═════ INPUT MATERIAL

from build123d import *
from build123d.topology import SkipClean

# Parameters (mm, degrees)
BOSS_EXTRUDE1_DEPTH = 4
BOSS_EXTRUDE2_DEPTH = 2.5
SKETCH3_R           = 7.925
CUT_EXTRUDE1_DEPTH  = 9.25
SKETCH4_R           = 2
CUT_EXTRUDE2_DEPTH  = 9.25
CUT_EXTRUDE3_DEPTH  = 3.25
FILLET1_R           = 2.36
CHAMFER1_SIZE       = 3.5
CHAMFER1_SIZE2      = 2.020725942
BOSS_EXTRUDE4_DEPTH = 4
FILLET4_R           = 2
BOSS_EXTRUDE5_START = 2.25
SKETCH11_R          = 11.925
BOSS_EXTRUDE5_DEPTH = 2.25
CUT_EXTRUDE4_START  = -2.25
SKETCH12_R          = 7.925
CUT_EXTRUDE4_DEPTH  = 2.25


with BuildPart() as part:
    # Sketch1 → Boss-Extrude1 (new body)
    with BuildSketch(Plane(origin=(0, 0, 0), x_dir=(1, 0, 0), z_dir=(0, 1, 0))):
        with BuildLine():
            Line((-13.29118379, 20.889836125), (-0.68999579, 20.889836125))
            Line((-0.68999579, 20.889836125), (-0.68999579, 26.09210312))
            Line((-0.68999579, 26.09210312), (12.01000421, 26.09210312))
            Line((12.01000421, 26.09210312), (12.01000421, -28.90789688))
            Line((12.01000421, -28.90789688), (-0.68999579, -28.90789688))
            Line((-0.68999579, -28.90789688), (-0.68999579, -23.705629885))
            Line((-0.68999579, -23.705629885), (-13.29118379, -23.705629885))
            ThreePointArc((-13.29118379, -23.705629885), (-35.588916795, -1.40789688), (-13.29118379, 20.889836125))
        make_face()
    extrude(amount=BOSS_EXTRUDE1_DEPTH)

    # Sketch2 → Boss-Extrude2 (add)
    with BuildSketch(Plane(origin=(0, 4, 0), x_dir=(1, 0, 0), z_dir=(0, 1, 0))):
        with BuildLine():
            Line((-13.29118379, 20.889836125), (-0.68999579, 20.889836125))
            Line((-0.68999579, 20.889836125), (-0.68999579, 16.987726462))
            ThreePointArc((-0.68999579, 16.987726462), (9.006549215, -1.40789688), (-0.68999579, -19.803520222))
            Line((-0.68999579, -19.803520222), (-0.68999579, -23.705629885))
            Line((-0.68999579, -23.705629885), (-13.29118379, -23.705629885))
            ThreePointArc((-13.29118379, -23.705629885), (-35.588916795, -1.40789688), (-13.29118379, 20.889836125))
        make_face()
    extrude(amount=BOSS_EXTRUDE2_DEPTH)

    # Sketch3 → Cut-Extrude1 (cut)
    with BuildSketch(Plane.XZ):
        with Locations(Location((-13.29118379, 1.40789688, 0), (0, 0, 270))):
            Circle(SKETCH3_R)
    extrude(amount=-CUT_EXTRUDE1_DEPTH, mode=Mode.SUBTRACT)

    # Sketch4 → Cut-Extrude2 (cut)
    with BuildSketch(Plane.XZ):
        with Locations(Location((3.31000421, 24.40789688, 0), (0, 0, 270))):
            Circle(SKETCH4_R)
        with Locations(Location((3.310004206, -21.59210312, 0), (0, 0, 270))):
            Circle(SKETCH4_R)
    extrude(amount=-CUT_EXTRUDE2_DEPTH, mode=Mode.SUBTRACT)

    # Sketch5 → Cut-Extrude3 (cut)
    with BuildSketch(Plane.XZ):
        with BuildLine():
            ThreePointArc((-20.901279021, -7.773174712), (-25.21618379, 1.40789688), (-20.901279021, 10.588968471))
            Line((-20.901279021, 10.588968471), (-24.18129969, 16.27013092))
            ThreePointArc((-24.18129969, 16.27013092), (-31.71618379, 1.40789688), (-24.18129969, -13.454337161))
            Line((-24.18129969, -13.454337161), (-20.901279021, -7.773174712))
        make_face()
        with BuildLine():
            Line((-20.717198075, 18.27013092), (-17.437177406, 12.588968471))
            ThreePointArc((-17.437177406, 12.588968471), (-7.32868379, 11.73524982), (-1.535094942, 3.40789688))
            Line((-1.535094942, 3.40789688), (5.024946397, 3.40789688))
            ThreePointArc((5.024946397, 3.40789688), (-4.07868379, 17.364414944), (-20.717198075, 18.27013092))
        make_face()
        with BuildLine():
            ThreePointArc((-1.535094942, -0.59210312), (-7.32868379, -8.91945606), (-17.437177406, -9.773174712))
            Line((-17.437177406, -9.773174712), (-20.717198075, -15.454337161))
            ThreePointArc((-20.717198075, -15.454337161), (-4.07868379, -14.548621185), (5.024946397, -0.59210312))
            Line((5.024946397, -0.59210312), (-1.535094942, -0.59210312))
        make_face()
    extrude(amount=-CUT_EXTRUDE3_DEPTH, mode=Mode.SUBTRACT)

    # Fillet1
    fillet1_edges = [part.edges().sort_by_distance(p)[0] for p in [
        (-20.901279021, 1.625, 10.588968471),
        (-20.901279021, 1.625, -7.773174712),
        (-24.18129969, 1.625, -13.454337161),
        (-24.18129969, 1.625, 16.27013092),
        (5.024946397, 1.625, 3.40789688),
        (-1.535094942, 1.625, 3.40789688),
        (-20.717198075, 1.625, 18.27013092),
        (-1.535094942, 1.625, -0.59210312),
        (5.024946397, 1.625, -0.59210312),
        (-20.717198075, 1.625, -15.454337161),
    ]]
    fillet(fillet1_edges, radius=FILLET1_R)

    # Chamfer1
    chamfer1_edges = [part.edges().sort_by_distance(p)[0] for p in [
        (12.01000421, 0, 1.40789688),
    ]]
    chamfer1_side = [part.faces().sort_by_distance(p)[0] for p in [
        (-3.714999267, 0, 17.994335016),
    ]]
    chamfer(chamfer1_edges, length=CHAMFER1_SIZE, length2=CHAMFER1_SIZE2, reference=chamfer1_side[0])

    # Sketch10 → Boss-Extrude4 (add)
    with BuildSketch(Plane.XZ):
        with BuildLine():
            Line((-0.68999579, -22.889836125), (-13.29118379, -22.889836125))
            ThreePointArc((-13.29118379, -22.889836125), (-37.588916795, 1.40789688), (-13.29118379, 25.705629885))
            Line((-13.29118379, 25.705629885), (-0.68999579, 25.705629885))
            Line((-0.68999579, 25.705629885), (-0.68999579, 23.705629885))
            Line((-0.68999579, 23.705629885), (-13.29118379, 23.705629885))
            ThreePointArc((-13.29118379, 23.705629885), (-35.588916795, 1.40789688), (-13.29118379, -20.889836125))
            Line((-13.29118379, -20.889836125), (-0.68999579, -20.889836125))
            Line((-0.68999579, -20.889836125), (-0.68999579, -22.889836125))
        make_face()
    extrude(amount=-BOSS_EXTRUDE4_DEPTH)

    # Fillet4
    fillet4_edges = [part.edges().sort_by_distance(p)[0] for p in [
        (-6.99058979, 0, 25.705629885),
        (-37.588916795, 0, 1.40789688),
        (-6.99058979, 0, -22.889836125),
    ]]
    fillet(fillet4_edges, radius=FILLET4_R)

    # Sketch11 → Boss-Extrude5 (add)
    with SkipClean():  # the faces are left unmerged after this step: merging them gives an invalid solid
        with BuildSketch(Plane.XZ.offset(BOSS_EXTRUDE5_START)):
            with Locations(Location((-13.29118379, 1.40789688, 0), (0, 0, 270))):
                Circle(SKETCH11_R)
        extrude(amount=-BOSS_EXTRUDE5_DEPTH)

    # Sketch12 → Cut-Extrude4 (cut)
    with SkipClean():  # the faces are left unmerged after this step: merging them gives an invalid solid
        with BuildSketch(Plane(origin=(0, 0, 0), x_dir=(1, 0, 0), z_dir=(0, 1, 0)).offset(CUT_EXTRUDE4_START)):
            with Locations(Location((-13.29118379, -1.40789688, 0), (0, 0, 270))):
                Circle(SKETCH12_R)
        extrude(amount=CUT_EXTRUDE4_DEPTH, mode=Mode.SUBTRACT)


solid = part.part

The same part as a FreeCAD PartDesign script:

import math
import FreeCAD as App
import Part
import Sketcher

V = App.Vector
Q = App.Units.Quantity


def edges_at(feature, points):
    """Names of the edges that pass closest to the given points."""
    edges = feature.Shape.Edges
    near = lambda p: min(range(len(edges)), key=lambda i: edges[i].distToShape(Part.Vertex(*p))[0])
    return sorted({f"Edge{near(p) + 1}" for p in points})

doc = App.newDocument("Part")
body = doc.addObject("PartDesign::Body", "Body")

sketch1 = body.newObject("Sketcher::SketchObject", "Sketch")
sketch1.AttachmentSupport = (doc.getObject("XZ_Plane"), [""])
sketch1.MapMode = "FlatFace"
sketch1.addGeometry(Part.LineSegment(V(-1, -21, 0), V(-13, -21, 0)), False)
sketch1.addGeometry(Part.ArcOfCircle(Part.Circle(V(-13, 1, 0), V(0, 0, 1), 22), math.radians(90), math.radians(270)), False)
sketch1.addGeometry(Part.LineSegment(V(-13, 24, 0), V(-1, 24, 0)), False)
sketch1.addGeometry(Part.LineSegment(V(-1, 24, 0), V(-1, 29, 0)), False)
sketch1.addGeometry(Part.LineSegment(V(-1, 29, 0), V(12, 29, 0)), False)
sketch1.addGeometry(Part.LineSegment(V(12, 29, 0), V(12, -26, 0)), False)
sketch1.addGeometry(Part.LineSegment(V(12, -26, 0), V(-1, -26, 0)), False)
sketch1.addGeometry(Part.LineSegment(V(-1, -26, 0), V(-1, -21, 0)), False)
sketch1.addConstraint(Sketcher.Constraint("Tangent", 0, 2, 1, 2))
sketch1.addConstraint(Sketcher.Constraint("Tangent", 1, 1, 2, 1))
sketch1.addConstraint(Sketcher.Constraint("Coincident", 2, 2, 3, 1))
sketch1.addConstraint(Sketcher.Constraint("Coincident", 3, 2, 4, 1))
sketch1.addConstraint(Sketcher.Constraint("Coincident", 4, 2, 5, 1))
sketch1.addConstraint(Sketcher.Constraint("Coincident", 5, 2, 6, 1))
sketch1.addConstraint(Sketcher.Constraint("Coincident", 6, 2, 7, 1))
sketch1.addConstraint(Sketcher.Constraint("Coincident", 7, 2, 0, 1))
sketch1.addConstraint(Sketcher.Constraint("Horizontal", 0))
sketch1.addConstraint(Sketcher.Constraint("Horizontal", 2))
sketch1.addConstraint(Sketcher.Constraint("Vertical", 3))
sketch1.addConstraint(Sketcher.Constraint("Horizontal", 4))
sketch1.addConstraint(Sketcher.Constraint("Vertical", 5))
sketch1.addConstraint(Sketcher.Constraint("Horizontal", 6))
sketch1.addConstraint(Sketcher.Constraint("Vertical", 7))
sketch1.addConstraint(Sketcher.Constraint("Vertical", 3, 2, 6, 2))
sketch1.addConstraint(Sketcher.Constraint("Equal", 3, 7))
sketch1.addConstraint(Sketcher.Constraint("DistanceY", 5, 2, 5, 1, Q("55 mm")))
sketch1.addConstraint(Sketcher.Constraint("DistanceX", 4, 1, 4, 2, Q("12.7 mm")))
sketch1.addConstraint(Sketcher.Constraint("Radius", 1, Q("22.297733 mm")))
sketch1.addConstraint(Sketcher.Constraint("DistanceX", 0, 2, 0, 1, Q("12.601188 mm")))
sketch1.addConstraint(Sketcher.Constraint("DistanceY", -1, 1, 1, 1, Q("23.70563 mm")))
sketch1.addConstraint(Sketcher.Constraint("DistanceX", 1, 3, -1, 1, Q("13.291184 mm")))
pad1 = body.newObject("PartDesign::Pad", "Pad")
pad1.Profile = sketch1
pad1.Length = 4
pad1.Reversed = True

sketch2 = body.newObject("Sketcher::SketchObject", "Sketch001")
sketch2.AttachmentSupport = (doc.getObject("XZ_Plane"), [""])
sketch2.MapMode = "FlatFace"
sketch2.AttachmentOffset = App.Placement(V(0, 0, -4), App.Rotation())
sketch2.addGeometry(Part.LineSegment(V(-0.7, -20.9, 0), V(-13.3, -20.9, 0)), False)
sketch2.addGeometry(Part.ArcOfCircle(Part.Circle(V(-13.3, 1.4, 0), V(0, 0, 1), 22.3), math.radians(90), math.radians(270)), False)
sketch2.addGeometry(Part.LineSegment(V(-13.3, 23.7, 0), V(-0.7, 23.7, 0)), False)
sketch2.addGeometry(Part.LineSegment(V(-0.7, 23.7, 0), V(-0.7, 19.8, 0)), False)
sketch2.addGeometry(Part.ArcOfCircle(Part.Circle(V(-13.3, 1.4, 0), V(0, 0, 1), 22.3), math.radians(-56), math.radians(56)), False)
sketch2.addGeometry(Part.LineSegment(V(-0.7, -17, 0), V(-0.7, -20.9, 0)), False)
sketch2.addConstraint(Sketcher.Constraint("Tangent", 0, 2, 1, 2))
sketch2.addConstraint(Sketcher.Constraint("Tangent", 1, 1, 2, 1))
sketch2.addConstraint(Sketcher.Constraint("Coincident", 2, 2, 3, 1))
sketch2.addConstraint(Sketcher.Constraint("Coincident", 3, 2, 4, 2))
sketch2.addConstraint(Sketcher.Constraint("Coincident", 4, 1, 5, 1))
sketch2.addConstraint(Sketcher.Constraint("Coincident", 5, 2, 0, 1))
sketch2.addConstraint(Sketcher.Constraint("Horizontal", 0))
sketch2.addConstraint(Sketcher.Constraint("Horizontal", 2))
sketch2.addConstraint(Sketcher.Constraint("Vertical", 3))
sketch2.addConstraint(Sketcher.Constraint("Vertical", 5))
sketch2.addConstraint(Sketcher.Constraint("Coincident", 4, 3, 1, 3))
sketch2.addConstraint(Sketcher.Constraint("Equal", 1, 4))
sketch2.addConstraint(Sketcher.Constraint("Vertical", 3, 2, 4, 1))
sketch2.addConstraint(Sketcher.Constraint("Radius", 1, Q("22.297733 mm")))
sketch2.addConstraint(Sketcher.Constraint("DistanceY", 3, 2, 3, 1, Q("3.90211 mm")))
sketch2.addConstraint(Sketcher.Constraint("DistanceY", -1, 1, 1, 1, Q("23.70563 mm")))
sketch2.addConstraint(Sketcher.Constraint("DistanceX", 1, 3, -1, 1, Q("13.291184 mm")))
pad2 = body.newObject("PartDesign::Pad", "Pad001")
pad2.Profile = sketch2
pad2.Length = 2.5
pad2.Reversed = True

══════════

> [WORK REQUIRED]: Reproduce only the lines above, starting at the line with "-20.889836125), (-0.68999579, -20.889836125))" and ending at the line with "The same part", exactly as written.

> [EXERCISE OUTPUT]:
            Line((-13.29118379, -20.889836125), (-0.68999579, -20.889836125))
            Line((-0.68999579, -20.889836125), (-0.68999579, -22.889836125))
        make_face()
    extrude(amount=-BOSS_EXTRUDE4_DEPTH)

    # Fillet4
    fillet4_edges = [part.edges().sort_by_distance(p)[0] for p in [
        (-6.99058979, 0, 25.705629885),
        (-37.588916795, 0, 1.40789688),
        (-6.99058979, 0, -22.889836125),
    ]]
    fillet(fillet4_edges, radius=FILLET4_R)

    # Sketch11 → Boss-Extrude5 (add)
    with SkipClean():  # the faces are left unmerged after this step: merging them gives an invalid solid
        with BuildSketch(Plane.XZ.offset(BOSS_EXTRUDE5_START)):
            with Locations(Location((-13.29118379, 1.40789688, 0), (0, 0, 270))):
                Circle(SKETCH11_R)
        extrude(amount=-BOSS_EXTRUDE5_DEPTH)

    # Sketch12 → Cut-Extrude4 (cut)
    with SkipClean():  # the faces are left unmerged after this step: merging them gives an invalid solid
        with BuildSketch(Plane(origin=(0, 0, 0), x_dir=(1, 0, 0), z_dir=(0, 1, 0)).offset(CUT_EXTRUDE4_START)):
            with Locations(Location((-13.29118379, -1.40789688, 0), (0, 0, 270))):
                Circle(SKETCH12_R)
        extrude(amount=CUT_EXTRUDE4_DEPTH, mode=Mode.SUBTRACT)


solid = part.part

The same part as a FreeCAD PartDesign script:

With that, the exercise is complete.